[Collected data entries]
====

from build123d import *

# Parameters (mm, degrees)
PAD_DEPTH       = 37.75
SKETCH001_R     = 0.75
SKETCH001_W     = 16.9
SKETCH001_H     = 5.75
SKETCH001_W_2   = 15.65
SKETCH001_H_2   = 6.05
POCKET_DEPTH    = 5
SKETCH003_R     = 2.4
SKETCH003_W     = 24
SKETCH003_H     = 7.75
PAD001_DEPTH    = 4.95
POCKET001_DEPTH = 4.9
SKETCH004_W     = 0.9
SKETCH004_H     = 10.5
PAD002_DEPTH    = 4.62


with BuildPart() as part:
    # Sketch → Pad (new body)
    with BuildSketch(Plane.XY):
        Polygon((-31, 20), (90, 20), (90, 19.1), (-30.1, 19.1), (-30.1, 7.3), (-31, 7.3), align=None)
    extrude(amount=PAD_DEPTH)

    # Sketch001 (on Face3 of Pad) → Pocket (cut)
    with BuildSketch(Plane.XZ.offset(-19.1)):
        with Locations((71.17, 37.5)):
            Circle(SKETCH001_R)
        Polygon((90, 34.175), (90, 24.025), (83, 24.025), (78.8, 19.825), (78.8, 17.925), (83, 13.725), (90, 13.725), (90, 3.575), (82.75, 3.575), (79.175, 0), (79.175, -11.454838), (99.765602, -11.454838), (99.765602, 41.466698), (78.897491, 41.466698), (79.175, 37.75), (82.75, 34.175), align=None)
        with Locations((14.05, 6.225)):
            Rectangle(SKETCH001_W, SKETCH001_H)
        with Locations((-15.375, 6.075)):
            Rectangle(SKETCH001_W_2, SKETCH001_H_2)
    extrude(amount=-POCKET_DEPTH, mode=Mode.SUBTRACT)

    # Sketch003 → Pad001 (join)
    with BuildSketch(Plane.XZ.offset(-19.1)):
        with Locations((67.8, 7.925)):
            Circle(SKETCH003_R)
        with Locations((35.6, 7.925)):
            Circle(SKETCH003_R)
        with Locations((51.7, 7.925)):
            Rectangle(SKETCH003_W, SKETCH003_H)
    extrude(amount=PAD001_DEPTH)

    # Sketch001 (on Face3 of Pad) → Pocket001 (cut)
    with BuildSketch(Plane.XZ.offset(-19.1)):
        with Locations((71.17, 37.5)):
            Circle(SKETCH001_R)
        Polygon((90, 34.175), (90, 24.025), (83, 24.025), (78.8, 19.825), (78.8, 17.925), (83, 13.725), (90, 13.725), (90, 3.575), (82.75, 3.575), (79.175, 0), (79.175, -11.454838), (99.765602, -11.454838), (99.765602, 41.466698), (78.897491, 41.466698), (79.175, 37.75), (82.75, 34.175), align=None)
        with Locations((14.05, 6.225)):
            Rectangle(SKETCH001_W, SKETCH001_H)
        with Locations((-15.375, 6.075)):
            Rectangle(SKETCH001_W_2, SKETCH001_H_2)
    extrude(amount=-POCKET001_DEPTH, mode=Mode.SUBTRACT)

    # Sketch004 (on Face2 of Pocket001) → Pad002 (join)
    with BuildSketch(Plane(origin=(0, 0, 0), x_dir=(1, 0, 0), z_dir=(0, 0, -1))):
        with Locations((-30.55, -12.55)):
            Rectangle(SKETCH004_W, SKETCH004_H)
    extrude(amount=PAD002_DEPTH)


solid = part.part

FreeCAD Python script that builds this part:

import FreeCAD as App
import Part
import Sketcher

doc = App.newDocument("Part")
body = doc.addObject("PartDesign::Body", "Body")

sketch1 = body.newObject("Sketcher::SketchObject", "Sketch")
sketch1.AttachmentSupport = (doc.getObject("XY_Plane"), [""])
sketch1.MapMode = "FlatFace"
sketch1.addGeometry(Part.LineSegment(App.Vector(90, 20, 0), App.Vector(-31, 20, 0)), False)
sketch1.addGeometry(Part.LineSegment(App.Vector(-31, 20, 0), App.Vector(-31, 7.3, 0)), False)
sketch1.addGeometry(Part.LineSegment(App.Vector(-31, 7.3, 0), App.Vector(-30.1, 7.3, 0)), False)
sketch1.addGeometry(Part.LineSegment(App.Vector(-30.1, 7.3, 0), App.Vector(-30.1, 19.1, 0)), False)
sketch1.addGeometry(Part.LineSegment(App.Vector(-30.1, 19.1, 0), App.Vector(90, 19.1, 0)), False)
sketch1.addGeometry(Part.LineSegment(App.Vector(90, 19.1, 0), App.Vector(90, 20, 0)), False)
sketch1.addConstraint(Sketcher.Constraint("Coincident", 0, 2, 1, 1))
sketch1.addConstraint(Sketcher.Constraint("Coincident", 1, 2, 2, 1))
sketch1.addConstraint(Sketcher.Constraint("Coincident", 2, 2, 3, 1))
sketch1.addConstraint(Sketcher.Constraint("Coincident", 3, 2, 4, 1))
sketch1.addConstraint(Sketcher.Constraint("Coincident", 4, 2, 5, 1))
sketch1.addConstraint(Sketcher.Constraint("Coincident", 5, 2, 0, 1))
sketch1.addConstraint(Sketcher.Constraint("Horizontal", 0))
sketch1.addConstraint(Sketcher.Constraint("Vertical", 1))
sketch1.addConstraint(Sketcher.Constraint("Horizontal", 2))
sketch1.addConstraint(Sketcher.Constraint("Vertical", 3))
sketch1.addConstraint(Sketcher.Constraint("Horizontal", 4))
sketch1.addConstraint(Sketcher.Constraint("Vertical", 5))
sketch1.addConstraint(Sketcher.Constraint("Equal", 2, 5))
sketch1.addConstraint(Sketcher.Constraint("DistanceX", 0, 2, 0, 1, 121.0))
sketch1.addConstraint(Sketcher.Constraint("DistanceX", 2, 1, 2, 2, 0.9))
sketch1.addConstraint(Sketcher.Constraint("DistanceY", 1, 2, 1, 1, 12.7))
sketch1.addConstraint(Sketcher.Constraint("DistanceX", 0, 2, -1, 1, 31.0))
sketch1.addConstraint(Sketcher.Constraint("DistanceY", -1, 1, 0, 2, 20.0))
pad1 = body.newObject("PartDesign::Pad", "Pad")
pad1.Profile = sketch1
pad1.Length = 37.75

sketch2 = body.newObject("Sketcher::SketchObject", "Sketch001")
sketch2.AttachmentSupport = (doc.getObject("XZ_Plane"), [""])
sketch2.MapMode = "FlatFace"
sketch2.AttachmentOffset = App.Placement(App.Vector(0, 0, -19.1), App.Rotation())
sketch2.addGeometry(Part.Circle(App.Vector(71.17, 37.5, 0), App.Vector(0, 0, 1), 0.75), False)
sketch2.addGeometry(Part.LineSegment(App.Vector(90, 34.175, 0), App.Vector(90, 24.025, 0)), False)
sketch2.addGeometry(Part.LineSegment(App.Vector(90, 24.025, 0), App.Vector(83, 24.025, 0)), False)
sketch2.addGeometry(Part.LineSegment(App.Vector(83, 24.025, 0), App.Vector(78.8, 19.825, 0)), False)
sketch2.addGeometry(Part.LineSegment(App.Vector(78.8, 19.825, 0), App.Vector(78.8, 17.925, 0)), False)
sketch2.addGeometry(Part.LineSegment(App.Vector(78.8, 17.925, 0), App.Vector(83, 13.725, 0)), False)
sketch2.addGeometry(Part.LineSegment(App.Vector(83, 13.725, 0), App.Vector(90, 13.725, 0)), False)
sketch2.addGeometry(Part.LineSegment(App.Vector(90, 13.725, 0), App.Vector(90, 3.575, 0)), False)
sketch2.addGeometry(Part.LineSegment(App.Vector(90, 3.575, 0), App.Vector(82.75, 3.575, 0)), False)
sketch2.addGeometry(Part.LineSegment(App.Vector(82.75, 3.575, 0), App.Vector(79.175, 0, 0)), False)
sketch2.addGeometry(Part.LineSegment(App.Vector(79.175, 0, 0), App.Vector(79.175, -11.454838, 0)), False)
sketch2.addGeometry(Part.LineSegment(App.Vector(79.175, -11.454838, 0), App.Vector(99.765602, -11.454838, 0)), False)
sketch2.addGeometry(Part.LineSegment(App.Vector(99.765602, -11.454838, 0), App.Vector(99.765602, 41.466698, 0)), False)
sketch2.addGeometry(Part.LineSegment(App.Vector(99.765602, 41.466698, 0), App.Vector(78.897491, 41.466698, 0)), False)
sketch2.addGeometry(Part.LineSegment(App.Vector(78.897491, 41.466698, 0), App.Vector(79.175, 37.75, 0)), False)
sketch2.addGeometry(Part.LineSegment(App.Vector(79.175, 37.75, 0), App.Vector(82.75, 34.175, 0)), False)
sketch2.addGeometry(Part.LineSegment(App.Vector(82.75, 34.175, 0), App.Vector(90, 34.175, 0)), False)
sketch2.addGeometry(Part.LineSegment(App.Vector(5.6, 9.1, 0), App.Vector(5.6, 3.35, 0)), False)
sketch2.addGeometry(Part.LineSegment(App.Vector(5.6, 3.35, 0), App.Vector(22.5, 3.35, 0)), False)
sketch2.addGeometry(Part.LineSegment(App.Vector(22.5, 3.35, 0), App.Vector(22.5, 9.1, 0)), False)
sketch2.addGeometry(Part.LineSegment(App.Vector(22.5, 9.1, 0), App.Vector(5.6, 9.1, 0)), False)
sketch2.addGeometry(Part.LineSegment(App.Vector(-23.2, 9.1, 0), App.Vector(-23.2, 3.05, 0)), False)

====

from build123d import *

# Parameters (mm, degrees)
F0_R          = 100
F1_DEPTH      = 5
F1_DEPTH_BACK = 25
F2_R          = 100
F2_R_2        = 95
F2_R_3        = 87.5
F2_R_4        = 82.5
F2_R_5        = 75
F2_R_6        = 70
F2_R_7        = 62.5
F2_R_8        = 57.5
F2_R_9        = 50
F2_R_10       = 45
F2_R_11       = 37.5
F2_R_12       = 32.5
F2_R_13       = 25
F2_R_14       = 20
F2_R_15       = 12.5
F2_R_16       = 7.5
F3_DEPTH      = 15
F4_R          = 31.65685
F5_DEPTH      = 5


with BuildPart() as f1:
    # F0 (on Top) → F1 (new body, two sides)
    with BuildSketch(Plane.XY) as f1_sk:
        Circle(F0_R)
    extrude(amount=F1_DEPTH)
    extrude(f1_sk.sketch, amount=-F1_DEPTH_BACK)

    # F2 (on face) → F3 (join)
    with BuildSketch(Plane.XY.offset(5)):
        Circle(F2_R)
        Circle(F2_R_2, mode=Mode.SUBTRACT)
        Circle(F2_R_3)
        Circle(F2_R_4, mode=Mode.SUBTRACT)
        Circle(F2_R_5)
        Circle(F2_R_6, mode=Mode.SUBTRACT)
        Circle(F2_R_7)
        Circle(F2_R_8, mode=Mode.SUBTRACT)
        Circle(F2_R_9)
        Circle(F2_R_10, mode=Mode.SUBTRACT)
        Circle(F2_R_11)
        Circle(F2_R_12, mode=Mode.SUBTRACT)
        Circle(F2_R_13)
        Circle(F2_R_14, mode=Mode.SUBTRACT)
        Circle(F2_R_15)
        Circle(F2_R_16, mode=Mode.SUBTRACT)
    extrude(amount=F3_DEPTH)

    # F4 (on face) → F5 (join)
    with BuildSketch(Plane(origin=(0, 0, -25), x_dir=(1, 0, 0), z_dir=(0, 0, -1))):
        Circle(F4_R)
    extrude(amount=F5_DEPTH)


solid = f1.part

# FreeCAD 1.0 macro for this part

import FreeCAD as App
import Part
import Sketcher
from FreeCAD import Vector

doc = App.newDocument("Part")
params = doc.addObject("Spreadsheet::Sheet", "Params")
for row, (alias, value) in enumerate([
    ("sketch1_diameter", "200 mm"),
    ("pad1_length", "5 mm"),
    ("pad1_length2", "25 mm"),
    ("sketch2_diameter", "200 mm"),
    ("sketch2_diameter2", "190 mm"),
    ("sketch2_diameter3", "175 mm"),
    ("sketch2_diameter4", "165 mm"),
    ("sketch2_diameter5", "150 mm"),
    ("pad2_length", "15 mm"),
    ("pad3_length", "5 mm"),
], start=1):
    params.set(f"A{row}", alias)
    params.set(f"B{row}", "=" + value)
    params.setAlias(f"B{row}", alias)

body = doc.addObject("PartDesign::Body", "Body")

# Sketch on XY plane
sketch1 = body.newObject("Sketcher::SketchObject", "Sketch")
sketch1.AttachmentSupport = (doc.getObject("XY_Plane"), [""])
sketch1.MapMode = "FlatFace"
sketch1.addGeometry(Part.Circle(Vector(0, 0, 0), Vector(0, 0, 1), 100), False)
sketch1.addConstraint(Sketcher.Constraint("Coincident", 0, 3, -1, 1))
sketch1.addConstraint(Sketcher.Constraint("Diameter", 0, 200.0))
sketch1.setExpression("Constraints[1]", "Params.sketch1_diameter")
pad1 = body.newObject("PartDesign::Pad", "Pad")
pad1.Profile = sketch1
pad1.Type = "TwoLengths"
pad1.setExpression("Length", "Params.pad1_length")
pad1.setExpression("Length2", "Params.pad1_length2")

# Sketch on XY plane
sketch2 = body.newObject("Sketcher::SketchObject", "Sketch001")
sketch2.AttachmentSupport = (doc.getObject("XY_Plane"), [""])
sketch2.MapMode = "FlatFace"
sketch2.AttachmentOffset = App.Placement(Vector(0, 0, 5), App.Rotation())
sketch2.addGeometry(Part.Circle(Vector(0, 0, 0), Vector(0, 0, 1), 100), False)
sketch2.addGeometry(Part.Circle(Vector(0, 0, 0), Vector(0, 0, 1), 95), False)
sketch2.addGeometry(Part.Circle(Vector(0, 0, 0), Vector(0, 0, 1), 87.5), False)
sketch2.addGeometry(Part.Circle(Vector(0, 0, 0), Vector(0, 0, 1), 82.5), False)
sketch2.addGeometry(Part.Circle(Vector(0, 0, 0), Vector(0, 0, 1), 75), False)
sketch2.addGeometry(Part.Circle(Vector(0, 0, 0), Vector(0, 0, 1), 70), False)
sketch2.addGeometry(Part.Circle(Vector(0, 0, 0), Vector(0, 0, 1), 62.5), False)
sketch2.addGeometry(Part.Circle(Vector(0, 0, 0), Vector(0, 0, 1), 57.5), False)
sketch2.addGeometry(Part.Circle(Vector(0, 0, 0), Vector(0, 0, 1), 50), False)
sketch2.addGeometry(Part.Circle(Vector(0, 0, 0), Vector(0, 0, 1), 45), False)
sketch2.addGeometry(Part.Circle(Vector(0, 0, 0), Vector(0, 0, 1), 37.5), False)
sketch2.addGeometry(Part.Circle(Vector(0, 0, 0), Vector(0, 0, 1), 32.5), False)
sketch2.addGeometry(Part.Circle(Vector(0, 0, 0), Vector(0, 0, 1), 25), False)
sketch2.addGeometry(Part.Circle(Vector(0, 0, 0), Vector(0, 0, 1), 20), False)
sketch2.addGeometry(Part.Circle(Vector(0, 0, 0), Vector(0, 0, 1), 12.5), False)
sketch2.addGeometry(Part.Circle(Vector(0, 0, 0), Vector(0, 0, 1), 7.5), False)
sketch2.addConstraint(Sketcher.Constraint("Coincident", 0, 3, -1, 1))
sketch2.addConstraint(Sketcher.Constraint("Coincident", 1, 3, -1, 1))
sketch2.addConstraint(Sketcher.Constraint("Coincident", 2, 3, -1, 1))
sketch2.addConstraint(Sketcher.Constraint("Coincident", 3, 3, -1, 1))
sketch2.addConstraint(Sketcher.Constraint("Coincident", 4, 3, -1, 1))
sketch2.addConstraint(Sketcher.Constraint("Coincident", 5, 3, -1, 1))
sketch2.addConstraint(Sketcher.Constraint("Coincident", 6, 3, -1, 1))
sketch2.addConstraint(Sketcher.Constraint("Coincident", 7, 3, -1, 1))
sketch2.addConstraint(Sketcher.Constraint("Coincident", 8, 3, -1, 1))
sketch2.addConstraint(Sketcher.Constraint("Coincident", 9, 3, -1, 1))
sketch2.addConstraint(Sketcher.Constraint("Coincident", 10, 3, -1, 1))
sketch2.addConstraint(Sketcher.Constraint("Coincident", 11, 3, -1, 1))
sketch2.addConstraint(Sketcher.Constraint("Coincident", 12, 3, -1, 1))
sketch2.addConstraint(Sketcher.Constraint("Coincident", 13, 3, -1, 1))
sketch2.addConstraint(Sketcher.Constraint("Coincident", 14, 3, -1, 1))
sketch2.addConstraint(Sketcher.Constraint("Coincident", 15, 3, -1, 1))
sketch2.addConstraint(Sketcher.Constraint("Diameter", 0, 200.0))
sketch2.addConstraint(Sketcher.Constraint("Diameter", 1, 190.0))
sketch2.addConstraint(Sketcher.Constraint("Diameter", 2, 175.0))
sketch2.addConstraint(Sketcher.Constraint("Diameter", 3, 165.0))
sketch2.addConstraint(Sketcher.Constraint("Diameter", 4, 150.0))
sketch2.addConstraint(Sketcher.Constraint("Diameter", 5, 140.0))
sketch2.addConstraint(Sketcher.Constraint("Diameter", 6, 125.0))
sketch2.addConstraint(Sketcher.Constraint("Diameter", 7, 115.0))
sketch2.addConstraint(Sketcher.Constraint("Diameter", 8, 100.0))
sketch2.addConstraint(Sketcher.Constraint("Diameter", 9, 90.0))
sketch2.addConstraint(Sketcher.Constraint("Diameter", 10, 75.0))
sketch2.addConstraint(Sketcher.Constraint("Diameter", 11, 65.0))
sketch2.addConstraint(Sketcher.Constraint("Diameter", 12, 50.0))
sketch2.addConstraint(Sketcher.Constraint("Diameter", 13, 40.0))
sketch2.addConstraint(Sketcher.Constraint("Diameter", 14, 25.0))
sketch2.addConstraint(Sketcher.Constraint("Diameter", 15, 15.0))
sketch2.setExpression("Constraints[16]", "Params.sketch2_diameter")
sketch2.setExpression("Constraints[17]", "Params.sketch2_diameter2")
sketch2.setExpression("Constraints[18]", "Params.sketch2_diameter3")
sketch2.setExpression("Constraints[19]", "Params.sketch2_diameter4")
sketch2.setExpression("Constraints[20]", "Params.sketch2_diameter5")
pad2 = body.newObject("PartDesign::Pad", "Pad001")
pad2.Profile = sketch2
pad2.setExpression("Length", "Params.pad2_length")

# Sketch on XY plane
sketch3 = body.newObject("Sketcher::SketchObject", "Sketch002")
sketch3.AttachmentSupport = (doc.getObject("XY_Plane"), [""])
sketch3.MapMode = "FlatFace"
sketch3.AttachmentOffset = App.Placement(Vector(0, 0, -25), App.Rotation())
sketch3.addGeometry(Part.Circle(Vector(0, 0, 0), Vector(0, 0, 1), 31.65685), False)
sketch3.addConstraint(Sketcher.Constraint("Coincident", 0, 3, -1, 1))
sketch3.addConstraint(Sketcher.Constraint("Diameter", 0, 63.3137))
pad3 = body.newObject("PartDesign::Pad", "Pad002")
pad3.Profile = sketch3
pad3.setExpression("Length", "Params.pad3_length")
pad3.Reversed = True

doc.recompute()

====

Give only the number of lines in the data that include the string "amount".

- [EXERCISE SOLUTION] 9